Where some of it’s going to come from and I think it’ll become far less expensive in the future, is some of the more silicon-based solutions for solid state relays, circuit breakers. Then those have the added advantage too of really being like smart devices. It’s a smart panel at your house.
It’s not just on or off. It understands what current is going through it. It’s able to limit it. The utility is able to take a look at it. In everyone’s house, everything can communicate in a smart grid situation.
Kerim: I know very little about this topic, but I’ve overheard things like from the wave of that length that that appliance is drawing, you can tell which appliance unit is drawing how much power in your home. And you can tell, “Okay so the refrigerator used this much and the microwave used this much and the washer/dryer used this much” in analysis.

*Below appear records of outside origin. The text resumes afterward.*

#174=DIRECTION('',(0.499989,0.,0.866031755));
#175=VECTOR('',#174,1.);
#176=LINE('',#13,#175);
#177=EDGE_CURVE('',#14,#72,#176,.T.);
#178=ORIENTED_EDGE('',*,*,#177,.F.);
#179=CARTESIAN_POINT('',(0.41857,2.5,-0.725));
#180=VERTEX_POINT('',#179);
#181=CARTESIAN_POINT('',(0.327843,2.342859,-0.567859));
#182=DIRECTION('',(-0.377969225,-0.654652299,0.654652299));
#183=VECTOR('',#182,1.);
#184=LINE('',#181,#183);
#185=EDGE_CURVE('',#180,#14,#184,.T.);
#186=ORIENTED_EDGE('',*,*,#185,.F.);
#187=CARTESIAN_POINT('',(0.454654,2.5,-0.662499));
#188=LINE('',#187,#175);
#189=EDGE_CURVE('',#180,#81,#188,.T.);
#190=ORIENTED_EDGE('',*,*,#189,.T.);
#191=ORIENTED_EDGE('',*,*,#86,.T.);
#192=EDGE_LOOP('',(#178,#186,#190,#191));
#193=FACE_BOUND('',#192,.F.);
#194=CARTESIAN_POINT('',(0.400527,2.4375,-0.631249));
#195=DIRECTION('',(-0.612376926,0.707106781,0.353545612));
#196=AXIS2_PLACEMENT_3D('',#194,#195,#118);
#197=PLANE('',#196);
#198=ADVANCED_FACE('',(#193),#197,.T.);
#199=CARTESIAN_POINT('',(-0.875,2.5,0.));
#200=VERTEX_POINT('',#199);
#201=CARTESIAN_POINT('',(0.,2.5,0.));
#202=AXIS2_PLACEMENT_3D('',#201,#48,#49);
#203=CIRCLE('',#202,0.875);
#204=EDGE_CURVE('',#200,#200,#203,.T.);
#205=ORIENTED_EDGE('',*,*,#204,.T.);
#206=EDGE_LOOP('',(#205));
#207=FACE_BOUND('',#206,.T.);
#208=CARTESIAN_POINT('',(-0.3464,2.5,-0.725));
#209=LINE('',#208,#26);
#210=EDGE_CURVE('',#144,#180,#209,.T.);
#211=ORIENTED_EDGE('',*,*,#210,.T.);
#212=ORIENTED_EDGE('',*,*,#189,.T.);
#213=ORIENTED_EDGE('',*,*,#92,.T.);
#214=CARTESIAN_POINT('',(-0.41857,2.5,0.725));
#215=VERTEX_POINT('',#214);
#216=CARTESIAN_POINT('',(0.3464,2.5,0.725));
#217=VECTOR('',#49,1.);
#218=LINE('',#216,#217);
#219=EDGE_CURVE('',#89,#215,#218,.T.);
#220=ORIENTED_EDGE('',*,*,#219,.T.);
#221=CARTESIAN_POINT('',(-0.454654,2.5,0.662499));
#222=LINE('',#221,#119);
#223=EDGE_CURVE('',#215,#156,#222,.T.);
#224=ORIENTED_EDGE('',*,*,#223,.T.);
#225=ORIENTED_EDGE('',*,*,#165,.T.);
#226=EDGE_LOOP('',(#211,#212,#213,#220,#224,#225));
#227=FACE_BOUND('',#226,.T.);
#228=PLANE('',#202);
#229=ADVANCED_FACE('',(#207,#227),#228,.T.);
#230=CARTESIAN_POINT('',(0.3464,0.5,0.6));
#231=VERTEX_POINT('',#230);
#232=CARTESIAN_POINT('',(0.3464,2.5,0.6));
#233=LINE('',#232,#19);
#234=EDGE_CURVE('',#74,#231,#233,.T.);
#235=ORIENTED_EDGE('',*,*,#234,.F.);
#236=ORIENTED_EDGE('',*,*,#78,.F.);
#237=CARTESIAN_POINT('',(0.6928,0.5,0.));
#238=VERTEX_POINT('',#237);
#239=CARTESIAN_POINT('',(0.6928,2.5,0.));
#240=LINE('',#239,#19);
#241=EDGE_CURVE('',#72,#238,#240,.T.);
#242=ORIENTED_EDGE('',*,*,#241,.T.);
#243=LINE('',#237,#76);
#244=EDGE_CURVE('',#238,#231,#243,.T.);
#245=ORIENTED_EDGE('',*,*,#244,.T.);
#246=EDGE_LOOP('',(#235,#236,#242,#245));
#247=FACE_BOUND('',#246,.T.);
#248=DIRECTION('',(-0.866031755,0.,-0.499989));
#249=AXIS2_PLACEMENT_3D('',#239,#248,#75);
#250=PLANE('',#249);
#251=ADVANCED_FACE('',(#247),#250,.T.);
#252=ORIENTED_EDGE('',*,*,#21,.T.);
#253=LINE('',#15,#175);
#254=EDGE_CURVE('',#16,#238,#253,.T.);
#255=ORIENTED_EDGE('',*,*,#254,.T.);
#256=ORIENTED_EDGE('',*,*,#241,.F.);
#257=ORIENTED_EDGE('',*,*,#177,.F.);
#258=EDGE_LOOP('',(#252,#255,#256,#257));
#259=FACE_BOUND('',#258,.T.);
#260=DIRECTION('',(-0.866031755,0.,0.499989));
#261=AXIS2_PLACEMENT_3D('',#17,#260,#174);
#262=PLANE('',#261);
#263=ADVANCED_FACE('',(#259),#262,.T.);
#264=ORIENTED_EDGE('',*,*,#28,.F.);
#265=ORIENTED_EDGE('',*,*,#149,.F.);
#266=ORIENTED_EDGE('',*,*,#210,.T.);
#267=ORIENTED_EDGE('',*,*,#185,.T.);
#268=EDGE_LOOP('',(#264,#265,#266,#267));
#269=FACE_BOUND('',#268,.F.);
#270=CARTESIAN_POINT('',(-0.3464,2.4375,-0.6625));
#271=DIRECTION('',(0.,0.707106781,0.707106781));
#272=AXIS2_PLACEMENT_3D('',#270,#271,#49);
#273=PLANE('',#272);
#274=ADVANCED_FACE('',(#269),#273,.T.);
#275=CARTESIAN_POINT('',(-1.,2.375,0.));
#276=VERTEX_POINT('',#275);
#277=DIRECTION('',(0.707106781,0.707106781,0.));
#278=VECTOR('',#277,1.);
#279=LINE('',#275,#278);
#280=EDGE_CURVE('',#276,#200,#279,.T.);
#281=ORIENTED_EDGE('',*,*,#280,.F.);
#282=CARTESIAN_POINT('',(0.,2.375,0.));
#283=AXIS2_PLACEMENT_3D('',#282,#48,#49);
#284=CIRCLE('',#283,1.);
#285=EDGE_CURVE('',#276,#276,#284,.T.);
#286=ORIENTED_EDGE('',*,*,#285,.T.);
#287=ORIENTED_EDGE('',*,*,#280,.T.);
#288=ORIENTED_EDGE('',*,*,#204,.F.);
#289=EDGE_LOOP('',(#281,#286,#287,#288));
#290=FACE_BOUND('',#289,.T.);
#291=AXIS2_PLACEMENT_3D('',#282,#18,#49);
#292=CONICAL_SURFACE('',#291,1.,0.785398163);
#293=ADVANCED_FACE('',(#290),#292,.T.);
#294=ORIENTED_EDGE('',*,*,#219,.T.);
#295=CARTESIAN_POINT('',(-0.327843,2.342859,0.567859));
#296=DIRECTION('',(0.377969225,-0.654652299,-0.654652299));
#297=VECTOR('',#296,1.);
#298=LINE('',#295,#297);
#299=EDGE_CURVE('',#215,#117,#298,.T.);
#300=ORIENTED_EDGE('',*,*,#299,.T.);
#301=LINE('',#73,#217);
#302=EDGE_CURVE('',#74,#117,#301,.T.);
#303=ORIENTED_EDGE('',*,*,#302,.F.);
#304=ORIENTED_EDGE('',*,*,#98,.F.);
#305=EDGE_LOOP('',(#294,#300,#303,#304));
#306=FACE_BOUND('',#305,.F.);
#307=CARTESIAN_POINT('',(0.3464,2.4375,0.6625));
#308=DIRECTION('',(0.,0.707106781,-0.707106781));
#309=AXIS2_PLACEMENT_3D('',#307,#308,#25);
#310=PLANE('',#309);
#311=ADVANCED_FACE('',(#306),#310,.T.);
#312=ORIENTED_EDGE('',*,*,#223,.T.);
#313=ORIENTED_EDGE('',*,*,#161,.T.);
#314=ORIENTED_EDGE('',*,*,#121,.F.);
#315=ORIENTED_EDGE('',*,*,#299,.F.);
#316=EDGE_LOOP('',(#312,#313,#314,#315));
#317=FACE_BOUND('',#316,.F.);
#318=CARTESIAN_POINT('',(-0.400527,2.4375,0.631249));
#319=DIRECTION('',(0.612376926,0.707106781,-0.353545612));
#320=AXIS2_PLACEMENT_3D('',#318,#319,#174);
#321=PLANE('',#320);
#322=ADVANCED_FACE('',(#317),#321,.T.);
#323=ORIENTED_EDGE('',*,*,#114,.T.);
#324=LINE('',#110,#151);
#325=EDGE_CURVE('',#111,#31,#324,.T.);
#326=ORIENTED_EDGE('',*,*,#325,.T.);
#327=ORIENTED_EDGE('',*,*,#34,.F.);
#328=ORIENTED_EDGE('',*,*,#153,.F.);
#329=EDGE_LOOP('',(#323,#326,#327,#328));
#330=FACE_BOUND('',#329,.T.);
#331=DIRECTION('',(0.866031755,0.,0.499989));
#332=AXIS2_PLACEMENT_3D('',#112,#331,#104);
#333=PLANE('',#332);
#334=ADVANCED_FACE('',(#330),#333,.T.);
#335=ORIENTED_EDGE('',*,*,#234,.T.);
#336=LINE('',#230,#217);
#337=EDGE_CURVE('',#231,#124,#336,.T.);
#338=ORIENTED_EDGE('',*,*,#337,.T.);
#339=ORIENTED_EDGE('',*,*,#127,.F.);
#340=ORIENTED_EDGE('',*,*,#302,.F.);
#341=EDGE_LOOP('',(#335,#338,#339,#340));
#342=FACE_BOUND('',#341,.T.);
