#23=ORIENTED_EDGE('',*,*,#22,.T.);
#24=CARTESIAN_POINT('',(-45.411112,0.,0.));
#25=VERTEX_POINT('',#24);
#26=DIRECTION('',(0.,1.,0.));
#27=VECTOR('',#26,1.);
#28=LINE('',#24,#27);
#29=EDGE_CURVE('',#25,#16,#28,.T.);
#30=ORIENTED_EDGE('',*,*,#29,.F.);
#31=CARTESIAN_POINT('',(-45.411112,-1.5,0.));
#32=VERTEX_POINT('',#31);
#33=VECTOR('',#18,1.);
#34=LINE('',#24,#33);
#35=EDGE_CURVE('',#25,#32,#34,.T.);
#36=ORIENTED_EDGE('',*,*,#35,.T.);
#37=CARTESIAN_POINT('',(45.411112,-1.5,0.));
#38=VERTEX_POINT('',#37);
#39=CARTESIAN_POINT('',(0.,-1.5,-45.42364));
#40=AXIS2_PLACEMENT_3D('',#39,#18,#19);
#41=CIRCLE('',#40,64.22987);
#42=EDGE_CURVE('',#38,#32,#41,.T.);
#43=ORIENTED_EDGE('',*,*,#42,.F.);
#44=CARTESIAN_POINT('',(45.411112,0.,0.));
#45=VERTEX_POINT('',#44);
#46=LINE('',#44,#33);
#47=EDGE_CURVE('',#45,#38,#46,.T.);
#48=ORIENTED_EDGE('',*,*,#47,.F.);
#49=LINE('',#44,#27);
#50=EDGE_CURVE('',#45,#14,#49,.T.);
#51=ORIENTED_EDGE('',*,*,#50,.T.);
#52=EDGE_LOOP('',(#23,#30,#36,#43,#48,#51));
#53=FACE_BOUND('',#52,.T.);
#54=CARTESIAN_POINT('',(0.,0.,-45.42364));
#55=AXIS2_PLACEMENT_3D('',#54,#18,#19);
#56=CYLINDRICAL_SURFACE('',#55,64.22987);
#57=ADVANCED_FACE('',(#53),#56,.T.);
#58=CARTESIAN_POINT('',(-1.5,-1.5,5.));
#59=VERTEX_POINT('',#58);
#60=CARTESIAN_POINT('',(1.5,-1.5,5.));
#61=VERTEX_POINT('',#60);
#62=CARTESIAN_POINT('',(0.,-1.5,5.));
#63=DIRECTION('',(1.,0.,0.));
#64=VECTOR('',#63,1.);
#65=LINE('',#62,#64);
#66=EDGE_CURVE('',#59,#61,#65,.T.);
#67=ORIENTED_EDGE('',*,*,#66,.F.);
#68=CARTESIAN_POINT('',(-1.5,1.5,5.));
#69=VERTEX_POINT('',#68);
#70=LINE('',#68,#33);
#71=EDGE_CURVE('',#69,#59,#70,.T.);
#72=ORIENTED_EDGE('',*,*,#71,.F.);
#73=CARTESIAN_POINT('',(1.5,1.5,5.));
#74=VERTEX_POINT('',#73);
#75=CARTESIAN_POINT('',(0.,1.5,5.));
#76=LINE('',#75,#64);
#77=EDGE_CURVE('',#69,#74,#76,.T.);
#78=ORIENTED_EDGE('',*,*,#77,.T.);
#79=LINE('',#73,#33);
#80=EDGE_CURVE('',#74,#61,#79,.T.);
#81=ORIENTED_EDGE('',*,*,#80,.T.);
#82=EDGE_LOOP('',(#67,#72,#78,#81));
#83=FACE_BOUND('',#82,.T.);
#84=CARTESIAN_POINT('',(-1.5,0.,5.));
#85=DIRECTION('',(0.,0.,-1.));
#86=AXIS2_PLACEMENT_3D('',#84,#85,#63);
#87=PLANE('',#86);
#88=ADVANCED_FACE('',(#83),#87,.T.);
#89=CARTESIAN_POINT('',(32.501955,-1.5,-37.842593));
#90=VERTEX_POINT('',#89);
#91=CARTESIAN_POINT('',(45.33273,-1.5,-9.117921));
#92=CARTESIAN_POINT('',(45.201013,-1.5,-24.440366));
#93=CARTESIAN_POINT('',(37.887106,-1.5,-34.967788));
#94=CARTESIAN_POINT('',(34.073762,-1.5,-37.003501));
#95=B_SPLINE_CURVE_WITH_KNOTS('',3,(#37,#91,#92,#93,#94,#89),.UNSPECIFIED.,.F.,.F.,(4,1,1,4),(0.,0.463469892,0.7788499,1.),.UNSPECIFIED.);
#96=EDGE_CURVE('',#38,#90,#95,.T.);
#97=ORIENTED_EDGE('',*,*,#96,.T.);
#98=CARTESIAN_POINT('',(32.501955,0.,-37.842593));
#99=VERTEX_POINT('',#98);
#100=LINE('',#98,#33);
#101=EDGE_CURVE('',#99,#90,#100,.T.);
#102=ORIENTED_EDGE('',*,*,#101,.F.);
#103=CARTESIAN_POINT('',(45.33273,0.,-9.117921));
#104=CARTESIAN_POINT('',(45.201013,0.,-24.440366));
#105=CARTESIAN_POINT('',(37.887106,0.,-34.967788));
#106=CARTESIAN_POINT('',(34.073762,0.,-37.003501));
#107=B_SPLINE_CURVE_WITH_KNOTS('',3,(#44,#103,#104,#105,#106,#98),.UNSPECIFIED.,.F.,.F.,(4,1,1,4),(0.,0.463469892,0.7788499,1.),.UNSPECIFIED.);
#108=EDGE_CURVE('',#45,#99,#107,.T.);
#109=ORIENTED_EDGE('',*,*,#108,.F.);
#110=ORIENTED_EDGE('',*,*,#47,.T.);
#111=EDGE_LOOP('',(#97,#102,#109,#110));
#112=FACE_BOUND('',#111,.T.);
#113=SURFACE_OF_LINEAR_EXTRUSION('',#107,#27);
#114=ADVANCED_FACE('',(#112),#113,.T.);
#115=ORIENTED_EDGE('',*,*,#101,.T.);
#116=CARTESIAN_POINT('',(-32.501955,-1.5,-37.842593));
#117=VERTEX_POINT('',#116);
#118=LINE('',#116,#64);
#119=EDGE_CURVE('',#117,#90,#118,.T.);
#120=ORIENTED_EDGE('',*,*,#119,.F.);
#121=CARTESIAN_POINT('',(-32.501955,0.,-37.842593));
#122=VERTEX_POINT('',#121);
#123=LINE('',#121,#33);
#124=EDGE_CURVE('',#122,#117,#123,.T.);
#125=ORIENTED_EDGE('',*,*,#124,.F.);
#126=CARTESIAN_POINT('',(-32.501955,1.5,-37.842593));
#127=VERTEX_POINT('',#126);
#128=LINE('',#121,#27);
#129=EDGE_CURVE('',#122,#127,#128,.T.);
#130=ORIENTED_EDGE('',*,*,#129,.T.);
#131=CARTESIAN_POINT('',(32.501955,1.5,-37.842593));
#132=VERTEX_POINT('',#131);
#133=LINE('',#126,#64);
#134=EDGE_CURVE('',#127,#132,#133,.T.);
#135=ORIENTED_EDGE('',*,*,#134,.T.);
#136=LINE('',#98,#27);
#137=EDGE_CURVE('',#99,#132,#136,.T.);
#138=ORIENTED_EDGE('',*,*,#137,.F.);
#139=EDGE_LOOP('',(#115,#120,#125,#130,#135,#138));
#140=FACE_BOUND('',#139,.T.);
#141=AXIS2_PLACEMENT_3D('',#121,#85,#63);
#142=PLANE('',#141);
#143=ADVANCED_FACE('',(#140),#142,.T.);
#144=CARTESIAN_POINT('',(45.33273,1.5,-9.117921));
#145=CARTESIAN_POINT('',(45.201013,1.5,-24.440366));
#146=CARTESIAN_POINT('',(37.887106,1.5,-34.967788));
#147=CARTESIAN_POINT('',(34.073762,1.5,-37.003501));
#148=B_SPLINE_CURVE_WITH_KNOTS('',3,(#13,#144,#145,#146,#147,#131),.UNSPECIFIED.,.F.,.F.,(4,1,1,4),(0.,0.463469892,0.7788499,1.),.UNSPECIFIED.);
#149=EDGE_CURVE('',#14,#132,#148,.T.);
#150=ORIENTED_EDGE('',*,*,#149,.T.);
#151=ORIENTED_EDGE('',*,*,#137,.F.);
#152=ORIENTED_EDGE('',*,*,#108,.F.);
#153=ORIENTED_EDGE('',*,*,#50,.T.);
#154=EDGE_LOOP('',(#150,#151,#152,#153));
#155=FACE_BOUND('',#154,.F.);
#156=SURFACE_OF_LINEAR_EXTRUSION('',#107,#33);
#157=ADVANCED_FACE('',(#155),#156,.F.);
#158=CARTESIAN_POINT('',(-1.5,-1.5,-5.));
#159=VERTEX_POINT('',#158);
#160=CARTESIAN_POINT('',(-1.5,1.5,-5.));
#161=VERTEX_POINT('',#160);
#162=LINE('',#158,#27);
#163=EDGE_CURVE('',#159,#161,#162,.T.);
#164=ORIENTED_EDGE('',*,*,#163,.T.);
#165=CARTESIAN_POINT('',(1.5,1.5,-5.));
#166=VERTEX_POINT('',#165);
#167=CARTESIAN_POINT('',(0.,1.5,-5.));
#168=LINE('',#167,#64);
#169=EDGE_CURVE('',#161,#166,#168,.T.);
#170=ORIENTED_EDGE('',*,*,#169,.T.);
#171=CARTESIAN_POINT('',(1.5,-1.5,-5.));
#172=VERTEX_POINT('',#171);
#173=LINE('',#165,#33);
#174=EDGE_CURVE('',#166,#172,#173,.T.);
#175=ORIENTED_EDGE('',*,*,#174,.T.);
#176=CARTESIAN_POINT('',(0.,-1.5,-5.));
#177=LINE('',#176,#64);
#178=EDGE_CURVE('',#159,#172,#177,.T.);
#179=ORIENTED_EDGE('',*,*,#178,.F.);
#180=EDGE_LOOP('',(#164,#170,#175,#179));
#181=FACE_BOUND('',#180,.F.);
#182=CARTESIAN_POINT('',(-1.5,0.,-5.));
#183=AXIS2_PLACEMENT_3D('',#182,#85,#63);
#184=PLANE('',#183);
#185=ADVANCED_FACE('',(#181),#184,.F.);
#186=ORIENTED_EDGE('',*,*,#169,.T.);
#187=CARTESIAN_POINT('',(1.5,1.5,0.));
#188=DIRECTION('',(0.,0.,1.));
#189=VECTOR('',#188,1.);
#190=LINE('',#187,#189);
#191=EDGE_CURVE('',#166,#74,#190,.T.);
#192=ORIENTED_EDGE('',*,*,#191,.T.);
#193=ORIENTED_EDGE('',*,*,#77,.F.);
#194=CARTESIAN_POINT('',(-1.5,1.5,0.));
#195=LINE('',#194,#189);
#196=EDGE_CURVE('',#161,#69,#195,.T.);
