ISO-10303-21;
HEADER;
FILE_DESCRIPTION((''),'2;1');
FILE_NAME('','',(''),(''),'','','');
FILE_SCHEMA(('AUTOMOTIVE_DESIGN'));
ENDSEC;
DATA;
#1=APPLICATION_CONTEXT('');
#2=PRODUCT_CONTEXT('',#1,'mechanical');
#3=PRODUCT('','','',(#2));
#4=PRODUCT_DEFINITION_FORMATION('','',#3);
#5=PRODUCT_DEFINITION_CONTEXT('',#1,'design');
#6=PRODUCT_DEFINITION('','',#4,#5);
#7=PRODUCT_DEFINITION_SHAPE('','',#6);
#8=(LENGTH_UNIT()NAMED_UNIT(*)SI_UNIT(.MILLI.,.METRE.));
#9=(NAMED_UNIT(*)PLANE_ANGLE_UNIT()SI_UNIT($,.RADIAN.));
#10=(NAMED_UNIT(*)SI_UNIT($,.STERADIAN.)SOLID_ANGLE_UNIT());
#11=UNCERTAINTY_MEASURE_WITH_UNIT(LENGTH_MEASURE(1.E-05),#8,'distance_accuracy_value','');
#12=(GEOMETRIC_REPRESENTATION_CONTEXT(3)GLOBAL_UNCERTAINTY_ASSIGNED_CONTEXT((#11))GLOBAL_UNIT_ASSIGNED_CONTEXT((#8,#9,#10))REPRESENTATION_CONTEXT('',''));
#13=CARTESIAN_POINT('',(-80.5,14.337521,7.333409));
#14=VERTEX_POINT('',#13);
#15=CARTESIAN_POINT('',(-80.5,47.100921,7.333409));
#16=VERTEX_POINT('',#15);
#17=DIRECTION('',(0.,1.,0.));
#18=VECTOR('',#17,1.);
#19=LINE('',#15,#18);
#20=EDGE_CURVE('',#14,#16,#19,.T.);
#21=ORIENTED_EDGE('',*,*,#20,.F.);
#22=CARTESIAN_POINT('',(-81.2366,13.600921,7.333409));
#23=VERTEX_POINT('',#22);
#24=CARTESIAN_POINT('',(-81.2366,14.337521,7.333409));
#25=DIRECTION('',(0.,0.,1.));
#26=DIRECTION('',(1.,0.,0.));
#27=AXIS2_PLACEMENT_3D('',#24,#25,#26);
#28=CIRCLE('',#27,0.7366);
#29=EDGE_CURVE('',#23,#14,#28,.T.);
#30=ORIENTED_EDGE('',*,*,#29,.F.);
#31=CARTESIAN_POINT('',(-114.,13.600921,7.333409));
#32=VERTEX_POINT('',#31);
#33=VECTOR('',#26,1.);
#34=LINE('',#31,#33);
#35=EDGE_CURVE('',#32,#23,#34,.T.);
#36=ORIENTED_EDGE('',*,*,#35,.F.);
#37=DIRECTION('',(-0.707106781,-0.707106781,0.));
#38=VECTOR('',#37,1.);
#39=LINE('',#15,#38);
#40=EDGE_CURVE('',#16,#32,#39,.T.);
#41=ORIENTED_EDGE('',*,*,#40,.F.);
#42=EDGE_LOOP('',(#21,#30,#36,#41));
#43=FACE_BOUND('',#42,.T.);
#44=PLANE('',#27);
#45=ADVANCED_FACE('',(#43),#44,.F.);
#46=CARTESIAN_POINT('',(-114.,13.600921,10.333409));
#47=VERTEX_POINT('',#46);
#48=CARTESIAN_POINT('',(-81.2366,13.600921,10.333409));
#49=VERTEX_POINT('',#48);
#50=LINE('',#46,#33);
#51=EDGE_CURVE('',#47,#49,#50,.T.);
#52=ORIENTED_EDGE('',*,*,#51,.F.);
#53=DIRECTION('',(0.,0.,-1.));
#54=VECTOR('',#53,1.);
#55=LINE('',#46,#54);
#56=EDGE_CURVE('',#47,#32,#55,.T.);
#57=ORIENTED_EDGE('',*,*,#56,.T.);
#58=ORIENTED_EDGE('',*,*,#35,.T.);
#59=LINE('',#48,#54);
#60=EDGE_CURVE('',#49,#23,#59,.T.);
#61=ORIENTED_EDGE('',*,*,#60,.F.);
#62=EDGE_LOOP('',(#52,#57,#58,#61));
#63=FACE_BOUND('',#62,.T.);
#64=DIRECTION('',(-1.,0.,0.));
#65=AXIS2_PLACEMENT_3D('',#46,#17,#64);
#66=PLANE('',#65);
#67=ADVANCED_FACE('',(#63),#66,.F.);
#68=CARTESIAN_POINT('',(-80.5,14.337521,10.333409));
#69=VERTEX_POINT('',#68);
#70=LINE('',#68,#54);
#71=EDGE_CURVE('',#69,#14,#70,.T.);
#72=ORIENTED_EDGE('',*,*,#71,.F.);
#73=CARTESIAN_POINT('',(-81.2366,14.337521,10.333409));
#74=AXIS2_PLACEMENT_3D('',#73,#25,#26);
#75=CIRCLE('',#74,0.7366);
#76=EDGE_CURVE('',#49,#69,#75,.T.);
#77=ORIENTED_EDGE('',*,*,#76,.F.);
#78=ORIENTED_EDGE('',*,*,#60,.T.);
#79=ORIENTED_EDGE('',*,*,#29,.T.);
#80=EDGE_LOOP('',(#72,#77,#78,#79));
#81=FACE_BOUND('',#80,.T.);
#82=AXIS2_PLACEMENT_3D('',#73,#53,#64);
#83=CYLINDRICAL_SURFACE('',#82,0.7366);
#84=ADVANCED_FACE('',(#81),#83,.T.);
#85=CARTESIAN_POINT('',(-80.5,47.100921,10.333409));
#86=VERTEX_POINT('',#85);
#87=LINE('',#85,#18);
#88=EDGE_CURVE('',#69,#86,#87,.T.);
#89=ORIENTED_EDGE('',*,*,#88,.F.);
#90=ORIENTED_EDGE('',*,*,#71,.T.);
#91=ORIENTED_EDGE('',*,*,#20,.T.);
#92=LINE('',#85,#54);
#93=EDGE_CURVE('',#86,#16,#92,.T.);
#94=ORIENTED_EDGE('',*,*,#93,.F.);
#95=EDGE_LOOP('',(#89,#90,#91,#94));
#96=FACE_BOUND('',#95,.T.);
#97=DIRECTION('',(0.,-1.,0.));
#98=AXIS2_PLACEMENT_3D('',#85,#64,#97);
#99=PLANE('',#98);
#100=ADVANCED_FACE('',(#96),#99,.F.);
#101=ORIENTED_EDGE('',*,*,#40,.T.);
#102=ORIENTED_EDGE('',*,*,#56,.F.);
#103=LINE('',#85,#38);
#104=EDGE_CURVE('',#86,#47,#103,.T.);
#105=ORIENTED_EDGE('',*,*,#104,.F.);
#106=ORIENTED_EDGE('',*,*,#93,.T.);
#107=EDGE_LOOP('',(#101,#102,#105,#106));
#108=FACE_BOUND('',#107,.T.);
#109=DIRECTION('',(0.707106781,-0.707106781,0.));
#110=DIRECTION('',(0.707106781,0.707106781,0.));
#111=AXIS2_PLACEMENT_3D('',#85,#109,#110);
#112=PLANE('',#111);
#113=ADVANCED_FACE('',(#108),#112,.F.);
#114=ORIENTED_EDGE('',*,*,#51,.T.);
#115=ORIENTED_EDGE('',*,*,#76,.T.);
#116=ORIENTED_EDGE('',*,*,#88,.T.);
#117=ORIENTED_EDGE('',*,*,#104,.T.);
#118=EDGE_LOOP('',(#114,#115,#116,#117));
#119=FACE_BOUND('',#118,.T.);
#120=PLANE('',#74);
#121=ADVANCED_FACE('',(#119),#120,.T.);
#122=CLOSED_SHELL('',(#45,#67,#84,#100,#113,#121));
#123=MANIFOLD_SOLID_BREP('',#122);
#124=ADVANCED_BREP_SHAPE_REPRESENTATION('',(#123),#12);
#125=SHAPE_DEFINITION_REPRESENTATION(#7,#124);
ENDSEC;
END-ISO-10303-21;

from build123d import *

# Parameters (mm, degrees)
BOSS_EXTRUDE1_DEPTH = 1.5


with BuildPart() as part:
    # Sketch1 → Boss-Extrude1 (new, symmetric)
    with BuildSketch(Plane.XY.offset(8.833409082)):
        with BuildLine():
            Line((-114, 13.600921456), (-81.2366, 13.600921456))
            ThreePointArc((-81.2366, 13.600921456), (-80.715745145, 13.816666601), (-80.5, 14.337521456))
            Line((-80.5, 14.337521456), (-80.5, 47.100921456))
            Line((-80.5, 47.100921456), (-114, 13.600921456))
        make_face()
    extrude(amount=BOSS_EXTRUDE1_DEPTH, both=True)


solid = part.part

Will this be able to be done in the DC world as well with the same amount of ease?
John: Yeah, because it’s really just it’s limiting the current. As long as it understands the current, it almost allows you to oversize your house or your panel to the extent that it can mitigate how much power the individual residents might be drawing. It knows that in this neighborhood you can’t turn on your EV charger, dryer, refrigerator, and everything all at once.
It allows for a more staggered approach for how the energy is being utilized at a house which is going to help offset some of the infrastructure problems that we’re going to face. It can’t just all be solved by bringing in the max amount of power to each individual location. It has to be solved with a variety of solutions, and some of those are smart charging solutions and AI solutions.
Kerim: Right. If you were to take a guess of how this is going to look like in the future, what would you say?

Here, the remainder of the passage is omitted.